Quando um programa de combate a insetos é planejado, seja para eliminar mosquitos transmissores de doenças ou pragas de agricultura, muitas vezes a opção disponível é uma solução drástica, que mata mais de uma espécie de animal. Isso é particularmente preocupante quando as vítimas são as abelhas, insetos que prestam um serviço de alto valor aos humanos: a polinização.

Ao polinizar plantações, abelhas garantem a produtividade de frutos, grãos e outros cultivares. Caso desaparecessem dos EUA, abelhas poderiam causar prejuízos da ordem de US$ 29 bilhões pois esse é o valor do serviço ambiental que elas prestam à agricultura [1]. No Brasil, uma estimativa conservadora do prejuízo que seria causado chega a US$ 12 bilhões [2].

Por essa importância crucial, é do interesse de agricultores que ações de combate a pragas poupem as abelhas, insetos aliados da economia humana. É uma das razões pelas quais, por exemplo, os inseticidas neonicotinoides – comumente usados em plantações de soja, algodão e, sobretudo, milho – foram banidos da Europa e são cada vez mais criticados.

Abelhas mortas em frente à colmeia (Foto: Sem Abelha Sem Alimento)
Abelhas mortas após o uso de inseticidas (Foto: Sem Abelha Sem Alimento)

Neonicotinoides desorientam abelhas, e são apontados como uma das principais causas do colapso de colmeias, mas não são a única classe de inseticidas com potencial de afetar abelhas.

Isso ficou claro com a devastação de colmeias ocorrida no polo apicultor de Summerville, no estado americano da Carolina do Sul, em agosto de 2016. Após uma aplicação de fumacê com o inseticida organofosforado Naled para eliminar focos de Aedes aegypti selvagem, milhões de abelhas morreram – em apenas um apiário, a estimativa chegou a 2,5 milhões de insetos mortos.

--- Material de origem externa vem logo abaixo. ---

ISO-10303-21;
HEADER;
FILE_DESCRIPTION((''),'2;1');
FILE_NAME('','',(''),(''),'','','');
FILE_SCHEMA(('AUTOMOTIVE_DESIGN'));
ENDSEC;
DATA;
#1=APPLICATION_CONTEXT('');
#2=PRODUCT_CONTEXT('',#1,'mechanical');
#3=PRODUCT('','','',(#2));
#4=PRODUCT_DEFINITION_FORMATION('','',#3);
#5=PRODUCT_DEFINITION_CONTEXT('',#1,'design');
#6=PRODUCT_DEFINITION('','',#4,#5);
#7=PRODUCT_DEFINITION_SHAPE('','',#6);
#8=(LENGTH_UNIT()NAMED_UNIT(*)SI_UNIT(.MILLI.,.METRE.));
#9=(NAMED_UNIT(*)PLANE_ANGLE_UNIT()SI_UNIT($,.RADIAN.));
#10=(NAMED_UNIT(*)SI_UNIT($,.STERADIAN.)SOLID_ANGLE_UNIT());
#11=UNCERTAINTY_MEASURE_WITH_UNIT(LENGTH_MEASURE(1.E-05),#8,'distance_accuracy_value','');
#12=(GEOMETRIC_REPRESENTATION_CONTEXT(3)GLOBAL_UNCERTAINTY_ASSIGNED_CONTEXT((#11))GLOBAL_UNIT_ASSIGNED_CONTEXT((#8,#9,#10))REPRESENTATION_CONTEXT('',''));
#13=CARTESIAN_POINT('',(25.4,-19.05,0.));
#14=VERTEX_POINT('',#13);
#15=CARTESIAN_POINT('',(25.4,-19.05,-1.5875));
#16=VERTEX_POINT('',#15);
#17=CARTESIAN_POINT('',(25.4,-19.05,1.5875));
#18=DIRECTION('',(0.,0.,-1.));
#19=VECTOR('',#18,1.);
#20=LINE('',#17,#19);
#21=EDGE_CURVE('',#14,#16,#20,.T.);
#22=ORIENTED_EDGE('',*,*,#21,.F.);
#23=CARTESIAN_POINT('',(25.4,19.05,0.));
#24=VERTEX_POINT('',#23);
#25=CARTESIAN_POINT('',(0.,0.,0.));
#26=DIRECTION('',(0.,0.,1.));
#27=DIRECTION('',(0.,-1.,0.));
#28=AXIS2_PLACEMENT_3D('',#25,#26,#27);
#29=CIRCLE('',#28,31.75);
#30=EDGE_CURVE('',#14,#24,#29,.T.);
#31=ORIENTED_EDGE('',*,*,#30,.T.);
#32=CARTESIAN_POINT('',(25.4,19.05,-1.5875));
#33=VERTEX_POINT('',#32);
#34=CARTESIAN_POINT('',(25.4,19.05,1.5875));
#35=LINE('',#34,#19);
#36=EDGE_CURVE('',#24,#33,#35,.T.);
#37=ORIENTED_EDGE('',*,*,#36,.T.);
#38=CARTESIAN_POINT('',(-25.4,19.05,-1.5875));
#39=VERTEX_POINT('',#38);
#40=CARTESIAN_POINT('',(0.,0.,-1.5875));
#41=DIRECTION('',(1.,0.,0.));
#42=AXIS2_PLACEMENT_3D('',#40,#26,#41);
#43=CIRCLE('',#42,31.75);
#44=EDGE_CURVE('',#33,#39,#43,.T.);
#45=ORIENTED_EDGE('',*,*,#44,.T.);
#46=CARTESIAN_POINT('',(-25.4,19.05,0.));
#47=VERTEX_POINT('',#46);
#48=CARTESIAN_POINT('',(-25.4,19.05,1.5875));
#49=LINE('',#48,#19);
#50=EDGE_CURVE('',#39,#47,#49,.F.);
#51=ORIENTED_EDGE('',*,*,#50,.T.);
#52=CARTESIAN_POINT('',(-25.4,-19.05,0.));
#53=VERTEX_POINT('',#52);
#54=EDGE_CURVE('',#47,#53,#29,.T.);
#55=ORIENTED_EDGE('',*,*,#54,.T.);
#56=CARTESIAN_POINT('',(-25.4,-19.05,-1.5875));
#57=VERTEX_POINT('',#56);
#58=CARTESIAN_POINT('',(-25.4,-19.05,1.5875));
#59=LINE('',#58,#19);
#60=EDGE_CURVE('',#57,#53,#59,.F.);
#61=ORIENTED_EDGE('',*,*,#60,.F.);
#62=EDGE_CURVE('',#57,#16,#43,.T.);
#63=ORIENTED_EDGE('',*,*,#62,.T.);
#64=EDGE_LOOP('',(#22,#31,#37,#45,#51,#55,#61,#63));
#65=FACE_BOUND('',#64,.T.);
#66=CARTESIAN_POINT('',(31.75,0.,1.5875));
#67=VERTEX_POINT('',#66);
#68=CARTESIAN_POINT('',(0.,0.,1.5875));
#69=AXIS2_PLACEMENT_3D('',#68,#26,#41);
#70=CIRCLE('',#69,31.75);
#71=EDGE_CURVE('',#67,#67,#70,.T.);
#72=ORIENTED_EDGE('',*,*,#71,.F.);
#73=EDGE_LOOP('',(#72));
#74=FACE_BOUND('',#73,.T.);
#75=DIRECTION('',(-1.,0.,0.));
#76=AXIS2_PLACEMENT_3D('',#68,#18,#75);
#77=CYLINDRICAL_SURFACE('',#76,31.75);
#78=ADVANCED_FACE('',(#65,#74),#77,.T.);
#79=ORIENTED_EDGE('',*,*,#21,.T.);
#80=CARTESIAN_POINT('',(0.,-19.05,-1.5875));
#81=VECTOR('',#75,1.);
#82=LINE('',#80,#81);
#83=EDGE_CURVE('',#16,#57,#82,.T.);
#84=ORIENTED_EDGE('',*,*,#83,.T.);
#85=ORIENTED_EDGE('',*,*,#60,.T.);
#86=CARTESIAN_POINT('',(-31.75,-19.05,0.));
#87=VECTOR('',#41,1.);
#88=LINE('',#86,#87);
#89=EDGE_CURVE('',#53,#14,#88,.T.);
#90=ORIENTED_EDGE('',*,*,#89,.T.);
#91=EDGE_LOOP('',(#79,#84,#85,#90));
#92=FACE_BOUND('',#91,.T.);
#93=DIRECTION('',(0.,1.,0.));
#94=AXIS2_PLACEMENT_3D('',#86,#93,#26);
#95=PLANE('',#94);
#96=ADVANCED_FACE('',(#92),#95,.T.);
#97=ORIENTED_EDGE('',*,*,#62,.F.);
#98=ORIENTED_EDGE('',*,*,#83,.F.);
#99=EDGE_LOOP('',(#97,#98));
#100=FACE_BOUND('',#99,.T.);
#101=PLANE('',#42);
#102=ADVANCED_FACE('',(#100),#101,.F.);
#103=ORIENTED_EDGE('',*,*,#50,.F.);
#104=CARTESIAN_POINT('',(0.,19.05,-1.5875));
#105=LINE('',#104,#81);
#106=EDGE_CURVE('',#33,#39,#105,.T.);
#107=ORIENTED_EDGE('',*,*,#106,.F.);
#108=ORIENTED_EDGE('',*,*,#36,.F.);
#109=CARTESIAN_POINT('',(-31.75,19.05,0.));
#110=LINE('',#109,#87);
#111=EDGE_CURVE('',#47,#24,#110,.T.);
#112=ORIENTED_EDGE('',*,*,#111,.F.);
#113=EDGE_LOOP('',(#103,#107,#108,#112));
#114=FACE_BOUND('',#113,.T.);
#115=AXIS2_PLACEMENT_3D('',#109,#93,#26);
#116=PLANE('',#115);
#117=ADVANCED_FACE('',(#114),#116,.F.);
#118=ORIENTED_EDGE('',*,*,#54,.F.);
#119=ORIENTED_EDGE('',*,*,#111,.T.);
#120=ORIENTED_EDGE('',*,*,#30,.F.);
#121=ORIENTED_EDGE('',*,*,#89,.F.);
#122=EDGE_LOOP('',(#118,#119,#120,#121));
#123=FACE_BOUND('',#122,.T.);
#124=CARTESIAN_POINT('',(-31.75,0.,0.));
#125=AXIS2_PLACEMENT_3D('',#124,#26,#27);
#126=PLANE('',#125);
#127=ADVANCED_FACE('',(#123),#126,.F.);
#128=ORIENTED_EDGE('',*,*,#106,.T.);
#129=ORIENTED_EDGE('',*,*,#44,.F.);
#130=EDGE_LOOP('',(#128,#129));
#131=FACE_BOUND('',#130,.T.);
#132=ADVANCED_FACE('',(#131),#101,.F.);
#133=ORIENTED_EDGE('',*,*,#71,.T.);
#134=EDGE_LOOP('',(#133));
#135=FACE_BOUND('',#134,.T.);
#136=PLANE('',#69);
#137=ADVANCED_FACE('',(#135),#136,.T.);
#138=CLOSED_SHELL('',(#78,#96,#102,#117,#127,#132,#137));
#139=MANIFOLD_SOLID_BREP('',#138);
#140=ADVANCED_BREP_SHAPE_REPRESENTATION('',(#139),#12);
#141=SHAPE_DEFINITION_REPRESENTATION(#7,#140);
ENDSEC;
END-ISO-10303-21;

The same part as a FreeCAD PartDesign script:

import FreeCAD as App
import Part
import Sketcher
Q = App.Units.Quantity

doc = App.newDocument("Part")
body = doc.addObject("PartDesign::Body", "Body")

# Sketch on XY plane
sketch1 = body.newObject("Sketcher::SketchObject", "Sketch")
sketch1.AttachmentSupport = (doc.getObject("XY_Plane"), [""])
sketch1.MapMode = "FlatFace"
sketch1.addGeometry(Part.Circle(App.Vector(0, 0, 0), App.Vector(0, 0, 1), 32), False)
sketch1.addConstraint([
    Sketcher.Constraint("Coincident", 0, 3, -1, 1),
    Sketcher.Constraint("Diameter", 0, Q("2.5 in")),
])
pad1 = body.newObject("PartDesign::Pad", "Pad")
pad1.Profile = sketch1
pad1.Length = Q("0.125 in")
pad1.Midplane = True

# Sketch on YZ plane
sketch2 = body.newObject("Sketcher::SketchObject", "Sketch001")
sketch2.AttachmentSupport = (doc.getObject("YZ_Plane"), [""])
sketch2.MapMode = "FlatFace"
sketch2.addGeometry([
    Part.LineSegment(App.Vector(-19.1, 0, 0), App.Vector(-19.1, -1.6, 0)),
    Part.LineSegment(App.Vector(-19.1, -1.6, 0), App.Vector(19.1, -1.6, 0)),
    Part.LineSegment(App.Vector(19.1, -1.6, 0), App.Vector(19.1, 0, 0)),
    Part.LineSegment(App.Vector(19.1, 0, 0), App.Vector(-19.1, 0, 0)),
], False)
sketch2.addConstraint([
    Sketcher.Constraint("Coincident", 0, 2, 1, 1),
    Sketcher.Constraint("Coincident", 1, 2, 2, 1),
    Sketcher.Constraint("Coincident", 2, 2, 3, 1),
    Sketcher.Constraint("Coincident", 3, 2, 0, 1),
    Sketcher.Constraint("Vertical", 0),
    Sketcher.Constraint("Horizontal", 1),
    Sketcher.Constraint("Vertical", 2),
    Sketcher.Constraint("Horizontal", 3),
    Sketcher.Constraint("Symmetric", 2, 2, 3, 2, -1, 1),
    Sketcher.Constraint("DistanceX", 1, 1, 1, 2, Q("1.5 in")),
    Sketcher.Constraint("DistanceY", 0, 2, 0, 1, Q("0.0625 in")),
])
pocket1 = body.newObject("PartDesign::Pocket", "Pocket")
pocket1.Profile = sketch2
pocket1.Length = Q("2.5 in")
pocket1.Midplane = True

doc.recompute()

É por isso que, no Brasil, onde outro inseticida organofosforado, o Malation, tem sido usado contra o Aedes aegypti, especialistas também estão preocupados com as abelhas. “As abelhas estão desaparecendo. Uma das nossas sugestões é não utilizar pesticidas, ou resolver o problema da praga com produtos menos tóxicos, que não eliminem a abelha – abelha não é praga”, explica ao portal Aedes do Bem™! o biólogo Lionel Segui Gonçalves, professor aposentado da USP (Universidade de São Paulo) e atualmente na Ufersa (Universidade Federal Rural do Semi-Árido), em Mossoró-RN. O cientista, um dos maiores especialistas em abelhas do país, encabeça hoje a campanha internacional Sem Abelha, Sem Alimento, que busca conscientizar a sociedade para o problema. E completa:  “cerca de 70% das plantas que produzem alimentos para o homem são polinizadas pelas abelhas”.

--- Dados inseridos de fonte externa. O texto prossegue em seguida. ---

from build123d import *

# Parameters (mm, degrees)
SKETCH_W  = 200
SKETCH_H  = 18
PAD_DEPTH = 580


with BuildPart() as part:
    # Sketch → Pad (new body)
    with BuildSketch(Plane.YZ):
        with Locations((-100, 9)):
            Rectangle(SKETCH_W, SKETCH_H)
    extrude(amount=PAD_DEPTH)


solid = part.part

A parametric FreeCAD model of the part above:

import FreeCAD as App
import Part
import Sketcher


def add_polygon(sketch, points):
    """Adds a closed chain of lines whose ends are joined by coincident constraints."""
    first, n = sketch.GeometryCount, len(points)
    for a, b in zip(points, points[1:] + points[:1]):
        sketch.addGeometry(Part.LineSegment(App.Vector(*a, 0), App.Vector(*b, 0)), False)
    for i in range(n):
        sketch.addConstraint(Sketcher.Constraint("Coincident", first + i, 2, first + (i + 1) % n, 1))

doc = App.newDocument("Part")
body = doc.addObject("PartDesign::Body", "Body")

# Sketch on YZ plane
sketch1 = body.newObject("Sketcher::SketchObject", "Sketch")
sketch1.AttachmentSupport = (doc.getObject("YZ_Plane"), [""])
sketch1.MapMode = "FlatFace"
add_polygon(sketch1, [(-200, 18), (-200, 0), (0, 0), (0, 18)])  # lines 0-3
sketch1.addConstraint(Sketcher.Constraint("Vertical", 0))
sketch1.addConstraint(Sketcher.Constraint("Horizontal", 1))
sketch1.addConstraint(Sketcher.Constraint("Vertical", 2))
sketch1.addConstraint(Sketcher.Constraint("Horizontal", 3))
sketch1.addConstraint(Sketcher.Constraint("Coincident", 1, 2, -1, 1))
sketch1.addConstraint(Sketcher.Constraint("DistanceX", 1, 1, 1, 2, 200.0))
sketch1.addConstraint(Sketcher.Constraint("DistanceY", 0, 2, 0, 1, 18.0))
pad1 = body.newObject("PartDesign::Pad", "Pad")
pad1.Profile = sketch1
pad1.Length = 580

doc.recompute()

Prof. Lionel Gonçalves inspecionando colônias em Olímpia-SP (Foto: Sem Abelha Sem Alimento)
Professor Lionel inspecionando colônias em Olímpia-SP (Foto: Sem Abelha Sem Alimento)

Tecnologia para preservar

A campanha foi criada em 2013 com a ideia de chamar atenção para o fato de que as abelhas estão desparecendo por várias causas, inclusive pelos pesticidas.  Para monitorar a extensão do problema da perda de apiários por envenenamento – causada sobretudo pela aplicação de agrotóxicos – a campanha criou um aplicativo. O Bee Alert – que tem a capacidade de reunir as informações das ocorrências em que o apicultor, pesquisador ou leigo – registra a ocorrência do colapso de colmeias.

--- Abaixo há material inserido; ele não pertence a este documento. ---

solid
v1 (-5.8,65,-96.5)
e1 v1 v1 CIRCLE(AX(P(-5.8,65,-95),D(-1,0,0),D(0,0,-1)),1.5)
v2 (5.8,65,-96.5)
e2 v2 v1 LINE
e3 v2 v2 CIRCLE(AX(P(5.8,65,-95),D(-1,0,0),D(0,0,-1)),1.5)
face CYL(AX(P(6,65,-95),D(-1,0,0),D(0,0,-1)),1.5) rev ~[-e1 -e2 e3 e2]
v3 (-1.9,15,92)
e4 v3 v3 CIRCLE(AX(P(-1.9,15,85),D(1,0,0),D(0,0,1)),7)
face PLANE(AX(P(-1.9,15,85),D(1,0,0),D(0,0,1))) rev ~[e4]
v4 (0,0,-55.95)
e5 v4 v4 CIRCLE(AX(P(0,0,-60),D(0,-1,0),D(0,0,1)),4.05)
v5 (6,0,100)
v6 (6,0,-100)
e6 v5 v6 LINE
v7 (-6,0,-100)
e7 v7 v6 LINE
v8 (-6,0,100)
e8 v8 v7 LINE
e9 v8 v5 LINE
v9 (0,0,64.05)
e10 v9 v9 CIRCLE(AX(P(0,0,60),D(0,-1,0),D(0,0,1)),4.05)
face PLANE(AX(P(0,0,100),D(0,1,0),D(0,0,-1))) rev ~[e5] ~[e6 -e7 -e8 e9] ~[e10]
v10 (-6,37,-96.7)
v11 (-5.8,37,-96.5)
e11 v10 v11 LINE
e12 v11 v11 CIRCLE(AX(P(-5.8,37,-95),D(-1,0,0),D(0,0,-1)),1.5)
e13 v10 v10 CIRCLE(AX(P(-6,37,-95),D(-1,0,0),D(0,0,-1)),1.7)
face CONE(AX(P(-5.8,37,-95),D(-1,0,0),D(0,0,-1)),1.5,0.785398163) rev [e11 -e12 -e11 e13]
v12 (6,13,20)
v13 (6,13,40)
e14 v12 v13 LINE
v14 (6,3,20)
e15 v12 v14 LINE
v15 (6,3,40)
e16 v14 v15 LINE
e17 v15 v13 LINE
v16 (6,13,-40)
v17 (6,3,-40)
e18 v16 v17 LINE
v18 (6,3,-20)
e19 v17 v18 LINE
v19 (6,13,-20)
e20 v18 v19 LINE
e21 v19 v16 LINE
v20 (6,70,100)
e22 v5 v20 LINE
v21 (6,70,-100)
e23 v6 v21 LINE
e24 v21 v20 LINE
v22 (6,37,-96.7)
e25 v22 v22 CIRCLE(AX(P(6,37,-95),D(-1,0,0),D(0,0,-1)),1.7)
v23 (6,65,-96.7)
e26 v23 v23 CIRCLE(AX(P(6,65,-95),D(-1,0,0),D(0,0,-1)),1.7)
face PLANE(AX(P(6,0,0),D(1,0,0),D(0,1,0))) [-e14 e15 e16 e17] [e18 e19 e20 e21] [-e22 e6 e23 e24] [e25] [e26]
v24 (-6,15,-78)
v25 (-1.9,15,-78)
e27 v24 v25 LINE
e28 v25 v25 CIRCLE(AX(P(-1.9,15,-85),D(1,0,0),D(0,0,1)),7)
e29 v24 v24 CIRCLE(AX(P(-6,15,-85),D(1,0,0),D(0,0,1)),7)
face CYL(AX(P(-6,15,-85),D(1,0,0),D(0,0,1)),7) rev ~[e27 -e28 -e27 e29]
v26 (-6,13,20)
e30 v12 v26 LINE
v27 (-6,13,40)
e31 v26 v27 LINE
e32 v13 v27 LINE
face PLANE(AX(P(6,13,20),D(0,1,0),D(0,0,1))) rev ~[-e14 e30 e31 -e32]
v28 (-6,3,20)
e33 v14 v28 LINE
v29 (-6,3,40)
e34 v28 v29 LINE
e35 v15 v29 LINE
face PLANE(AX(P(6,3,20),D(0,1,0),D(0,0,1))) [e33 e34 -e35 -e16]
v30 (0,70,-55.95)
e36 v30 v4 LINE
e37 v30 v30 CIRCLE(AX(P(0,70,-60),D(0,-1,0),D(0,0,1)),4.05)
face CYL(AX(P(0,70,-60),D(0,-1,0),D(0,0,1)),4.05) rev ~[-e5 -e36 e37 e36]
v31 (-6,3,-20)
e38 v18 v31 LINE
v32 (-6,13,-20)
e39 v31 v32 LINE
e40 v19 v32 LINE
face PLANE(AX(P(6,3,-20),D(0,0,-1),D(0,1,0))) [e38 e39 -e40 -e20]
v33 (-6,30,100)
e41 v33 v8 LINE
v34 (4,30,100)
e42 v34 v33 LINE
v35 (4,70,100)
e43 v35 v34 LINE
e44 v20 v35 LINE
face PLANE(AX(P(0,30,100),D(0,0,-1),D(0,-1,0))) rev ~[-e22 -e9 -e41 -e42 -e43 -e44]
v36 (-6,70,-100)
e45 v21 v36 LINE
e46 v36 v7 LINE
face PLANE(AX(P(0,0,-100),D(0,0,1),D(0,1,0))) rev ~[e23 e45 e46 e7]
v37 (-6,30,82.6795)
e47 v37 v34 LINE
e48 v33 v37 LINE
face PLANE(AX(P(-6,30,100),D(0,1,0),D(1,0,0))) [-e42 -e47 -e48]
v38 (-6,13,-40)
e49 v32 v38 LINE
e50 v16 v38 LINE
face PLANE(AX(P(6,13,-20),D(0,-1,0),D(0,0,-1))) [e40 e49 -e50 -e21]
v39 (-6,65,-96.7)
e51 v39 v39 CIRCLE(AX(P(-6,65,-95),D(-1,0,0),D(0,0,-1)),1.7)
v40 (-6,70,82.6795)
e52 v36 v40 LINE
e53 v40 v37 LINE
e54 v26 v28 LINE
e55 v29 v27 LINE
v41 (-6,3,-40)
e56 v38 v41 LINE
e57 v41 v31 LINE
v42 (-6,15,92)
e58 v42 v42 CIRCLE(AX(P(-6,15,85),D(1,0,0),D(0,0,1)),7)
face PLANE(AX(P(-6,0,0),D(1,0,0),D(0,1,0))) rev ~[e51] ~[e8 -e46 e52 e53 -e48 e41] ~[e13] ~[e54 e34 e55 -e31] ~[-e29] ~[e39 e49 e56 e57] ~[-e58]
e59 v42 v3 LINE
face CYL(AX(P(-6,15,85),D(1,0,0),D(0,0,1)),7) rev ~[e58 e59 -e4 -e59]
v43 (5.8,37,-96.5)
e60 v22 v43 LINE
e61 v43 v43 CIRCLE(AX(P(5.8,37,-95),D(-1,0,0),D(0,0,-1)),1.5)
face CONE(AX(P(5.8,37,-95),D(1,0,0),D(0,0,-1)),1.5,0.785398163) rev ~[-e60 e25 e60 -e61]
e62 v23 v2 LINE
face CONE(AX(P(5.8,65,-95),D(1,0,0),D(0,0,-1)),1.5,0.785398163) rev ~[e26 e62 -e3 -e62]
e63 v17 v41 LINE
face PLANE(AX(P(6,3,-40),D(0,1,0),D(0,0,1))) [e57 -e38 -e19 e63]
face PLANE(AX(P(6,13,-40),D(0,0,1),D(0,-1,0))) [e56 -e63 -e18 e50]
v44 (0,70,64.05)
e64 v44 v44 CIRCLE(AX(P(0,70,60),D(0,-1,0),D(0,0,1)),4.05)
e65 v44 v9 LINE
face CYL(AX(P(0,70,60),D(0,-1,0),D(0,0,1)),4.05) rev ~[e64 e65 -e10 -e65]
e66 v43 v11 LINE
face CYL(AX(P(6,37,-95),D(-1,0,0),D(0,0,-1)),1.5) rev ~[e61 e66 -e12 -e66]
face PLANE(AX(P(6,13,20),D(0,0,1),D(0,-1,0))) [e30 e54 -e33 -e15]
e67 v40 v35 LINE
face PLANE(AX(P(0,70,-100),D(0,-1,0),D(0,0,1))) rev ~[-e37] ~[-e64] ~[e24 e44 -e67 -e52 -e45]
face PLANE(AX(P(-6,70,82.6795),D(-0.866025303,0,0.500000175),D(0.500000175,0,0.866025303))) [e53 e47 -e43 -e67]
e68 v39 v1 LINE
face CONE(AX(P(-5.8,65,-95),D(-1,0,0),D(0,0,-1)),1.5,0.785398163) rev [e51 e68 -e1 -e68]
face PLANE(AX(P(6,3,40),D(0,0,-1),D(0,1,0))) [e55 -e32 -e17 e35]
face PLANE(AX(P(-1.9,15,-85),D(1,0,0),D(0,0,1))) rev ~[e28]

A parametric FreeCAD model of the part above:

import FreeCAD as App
import Part
import Sketcher

V = App.Vector
Q = App.Units.Quantity


def edges_at(feature, points):
    """Names of the edges that pass closest to the given points."""
    edges = feature.Shape.Edges
    near = lambda p: min(range(len(edges)), key=lambda i: edges[i].distToShape(Part.Vertex(*p))[0])
    return sorted({f"Edge{near(p) + 1}" for p in points})

doc = App.newDocument("Part")
body = doc.addObject("PartDesign::Body", "Body")

# Sketch on YZ plane
sketch1 = doc.addObject("Sketcher::SketchObject", "Sketch")
body.addObject(sketch1)
sketch1.AttachmentSupport = (doc.YZ_Plane, [""])
sketch1.MapMode = "FlatFace"
sketch1.addGeometry([
    Part.LineSegment(V(0, 100, 0), V(0, -100, 0)),
    Part.LineSegment(V(0, -100, 0), V(70, -100, 0)),
    Part.LineSegment(V(70, -100, 0), V(70, 100, 0)),
    Part.LineSegment(V(70, 100, 0), V(0, 100, 0)),
], False)
sketch1.addConstraint([
    Sketcher.Constraint("Coincident", 0, 2, 1, 1),
    Sketcher.Constraint("Coincident", 1, 2, 2, 1),
    Sketcher.Constraint("Coincident", 2, 2, 3, 1),
    Sketcher.Constraint("Coincident", 3, 2, 0, 1),
    Sketcher.Constraint("Vertical", 0),
    Sketcher.Constraint("Horizontal", 1),
    Sketcher.Constraint("Vertical", 2),
    Sketcher.Constraint("Horizontal", 3),
    Sketcher.Constraint("Symmetric", 0, 2, 3, 2, -1, 1),
    Sketcher.Constraint("DistanceY", 0, 2, 0, 1, 200.0),
    Sketcher.Constraint("DistanceX", 1, 1, 1, 2, 70.0),
])
pad1 = doc.addObject("PartDesign::Pad", "Pad")
body.addObject(pad1)
pad1.Profile = sketch1
pad1.Length = 12
pad1.Midplane = True

# Sketch on YZ plane
sketch2 = doc.addObject("Sketcher::SketchObject", "Sketch001")
body.addObject(sketch2)
sketch2.AttachmentSupport = (doc.YZ_Plane, [""])
sketch2.MapMode = "FlatFace"
sketch2.AttachmentOffset = App.Placement(V(0, 0, 6), App.Rotation())
sketch2.addGeometry([
    Part.LineSegment(V(3, 20, 0), V(13, 20, 0)),  # 0
    Part.LineSegment(V(13, 20, 0), V(13, 40, 0)),  # 1
    Part.LineSegment(V(13, 40, 0), V(3, 40, 0)),  # 2
    Part.LineSegment(V(3, 40, 0), V(3, 20, 0)),  # 3
    Part.LineSegment(V(13, -40, 0), V(13, -20, 0)),  # 4
    Part.LineSegment(V(13, -20, 0), V(3, -20, 0)),  # 5
    Part.LineSegment(V(3, -20, 0), V(3, -40, 0)),  # 6
    Part.LineSegment(V(3, -40, 0), V(13, -40, 0)),  # 7
], False)
sketch2.addConstraint([
    Sketcher.Constraint("Coincident", 0, 2, 1, 1),
    Sketcher.Constraint("Coincident", 1, 2, 2, 1),
    Sketcher.Constraint("Coincident", 2, 2, 3, 1),
    Sketcher.Constraint("Coincident", 3, 2, 0, 1),
    Sketcher.Constraint("Coincident", 4, 2, 5, 1),
    Sketcher.Constraint("Coincident", 5, 2, 6, 1),
    Sketcher.Constraint("Coincident", 6, 2, 7, 1),
    Sketcher.Constraint("Coincident", 7, 2, 4, 1),
    Sketcher.Constraint("Horizontal", 0),
    Sketcher.Constraint("Vertical", 1),
    Sketcher.Constraint("Horizontal", 2),
    Sketcher.Constraint("Vertical", 3),
    Sketcher.Constraint("Vertical", 4),
    Sketcher.Constraint("Horizontal", 5),
    Sketcher.Constraint("Vertical", 6),
    Sketcher.Constraint("Horizontal", 7),
    Sketcher.Constraint("Symmetric", 0, 2, 4, 2, -1),
    Sketcher.Constraint("Symmetric", 2, 2, 6, 2, -1),
    Sketcher.Constraint("DistanceX", 0, 1, 0, 2, 10.0),
    Sketcher.Constraint("DistanceY", 1, 1, 1, 2, 20.0),
    Sketcher.Constraint("DistanceY", -1, 1, 0, 2, 20.0),
    Sketcher.Constraint("DistanceX", -1, 1, 2, 2, 3.0),
])
pocket1 = doc.addObject("PartDesign::Pocket", "Pocket")
body.addObject(pocket1)
pocket1.Profile = sketch2
pocket1.Length = 12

“Nos últimos três anos, o aplicativo registrou aproximadamente 1 bilhão de abelhas mortas devido a pesticidas”, diz Lionel. “E isso é uma subestimativa daquilo que vem ocorrendo no Brasil.”

Mas não são só as abelhas melíferas que sofrem com problemas ambientais. As abelhas nativas sem ferrão, também cruciais para a polinização, têm sofrido muito no Brasil por causa de desmatamento e, também, uso abusivo de inseticidas.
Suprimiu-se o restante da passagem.